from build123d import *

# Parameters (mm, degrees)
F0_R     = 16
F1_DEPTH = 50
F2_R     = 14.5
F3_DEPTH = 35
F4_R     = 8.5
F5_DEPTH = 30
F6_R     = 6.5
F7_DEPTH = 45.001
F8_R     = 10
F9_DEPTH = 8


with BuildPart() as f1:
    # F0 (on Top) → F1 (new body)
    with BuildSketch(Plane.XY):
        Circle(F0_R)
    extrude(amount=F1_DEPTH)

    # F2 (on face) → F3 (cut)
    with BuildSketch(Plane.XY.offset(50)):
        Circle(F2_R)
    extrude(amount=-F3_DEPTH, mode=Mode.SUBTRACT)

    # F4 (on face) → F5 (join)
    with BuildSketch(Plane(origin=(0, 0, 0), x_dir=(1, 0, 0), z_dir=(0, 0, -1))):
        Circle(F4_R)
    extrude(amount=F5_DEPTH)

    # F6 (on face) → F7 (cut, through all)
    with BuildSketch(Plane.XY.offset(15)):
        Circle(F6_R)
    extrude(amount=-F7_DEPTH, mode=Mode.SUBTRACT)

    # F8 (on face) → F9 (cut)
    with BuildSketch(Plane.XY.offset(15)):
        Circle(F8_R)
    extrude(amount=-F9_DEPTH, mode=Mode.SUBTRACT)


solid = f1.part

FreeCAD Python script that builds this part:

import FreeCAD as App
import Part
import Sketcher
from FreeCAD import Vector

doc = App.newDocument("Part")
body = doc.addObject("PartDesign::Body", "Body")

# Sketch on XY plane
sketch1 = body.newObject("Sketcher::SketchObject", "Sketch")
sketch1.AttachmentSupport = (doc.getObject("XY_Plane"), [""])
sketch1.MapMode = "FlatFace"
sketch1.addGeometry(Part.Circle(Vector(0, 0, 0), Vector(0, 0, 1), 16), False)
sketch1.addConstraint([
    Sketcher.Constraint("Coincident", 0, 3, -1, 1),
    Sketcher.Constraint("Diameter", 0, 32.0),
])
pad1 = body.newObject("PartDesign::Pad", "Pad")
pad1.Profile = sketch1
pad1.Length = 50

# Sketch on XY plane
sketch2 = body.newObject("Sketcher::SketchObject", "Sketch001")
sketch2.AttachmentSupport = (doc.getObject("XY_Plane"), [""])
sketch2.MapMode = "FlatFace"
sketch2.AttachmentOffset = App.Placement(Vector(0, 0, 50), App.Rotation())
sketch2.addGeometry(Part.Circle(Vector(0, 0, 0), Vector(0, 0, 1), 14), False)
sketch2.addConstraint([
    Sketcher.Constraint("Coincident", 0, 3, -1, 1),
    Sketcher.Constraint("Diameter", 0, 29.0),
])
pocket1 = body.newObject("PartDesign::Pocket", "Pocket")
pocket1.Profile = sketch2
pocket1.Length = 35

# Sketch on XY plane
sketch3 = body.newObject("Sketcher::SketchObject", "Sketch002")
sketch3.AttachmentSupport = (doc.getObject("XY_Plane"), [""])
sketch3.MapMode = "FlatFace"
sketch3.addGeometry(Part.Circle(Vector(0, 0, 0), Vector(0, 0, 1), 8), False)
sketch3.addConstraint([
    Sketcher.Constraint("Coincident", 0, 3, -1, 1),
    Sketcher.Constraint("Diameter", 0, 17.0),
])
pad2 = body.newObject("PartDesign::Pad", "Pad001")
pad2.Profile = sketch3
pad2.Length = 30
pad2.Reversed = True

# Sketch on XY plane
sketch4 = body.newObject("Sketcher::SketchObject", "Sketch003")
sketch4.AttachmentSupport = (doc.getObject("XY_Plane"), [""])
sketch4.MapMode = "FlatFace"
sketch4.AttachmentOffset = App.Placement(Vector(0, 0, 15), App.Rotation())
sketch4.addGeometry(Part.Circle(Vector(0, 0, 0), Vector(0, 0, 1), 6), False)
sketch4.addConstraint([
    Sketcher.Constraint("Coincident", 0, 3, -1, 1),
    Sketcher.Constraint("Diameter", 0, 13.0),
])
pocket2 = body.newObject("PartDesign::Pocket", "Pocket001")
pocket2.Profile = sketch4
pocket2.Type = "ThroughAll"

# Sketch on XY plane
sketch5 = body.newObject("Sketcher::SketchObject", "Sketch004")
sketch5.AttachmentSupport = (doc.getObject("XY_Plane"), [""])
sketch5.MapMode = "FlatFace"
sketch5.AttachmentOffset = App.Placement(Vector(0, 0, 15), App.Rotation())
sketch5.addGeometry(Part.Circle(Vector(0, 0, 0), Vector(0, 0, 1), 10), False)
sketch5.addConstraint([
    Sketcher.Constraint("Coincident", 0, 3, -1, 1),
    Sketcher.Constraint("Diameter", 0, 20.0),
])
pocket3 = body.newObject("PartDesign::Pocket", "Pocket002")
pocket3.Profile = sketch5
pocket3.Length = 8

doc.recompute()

* _TASK GOAL_:
From the line holding "Circle(F8_R)" to the line holding "FreeCAD Python script", inclusive, restate each line above exactly as written.

* _ANSWER_:
        Circle(F8_R)
    extrude(amount=-F9_DEPTH, mode=Mode.SUBTRACT)


solid = f1.part

FreeCAD Python script that builds this part:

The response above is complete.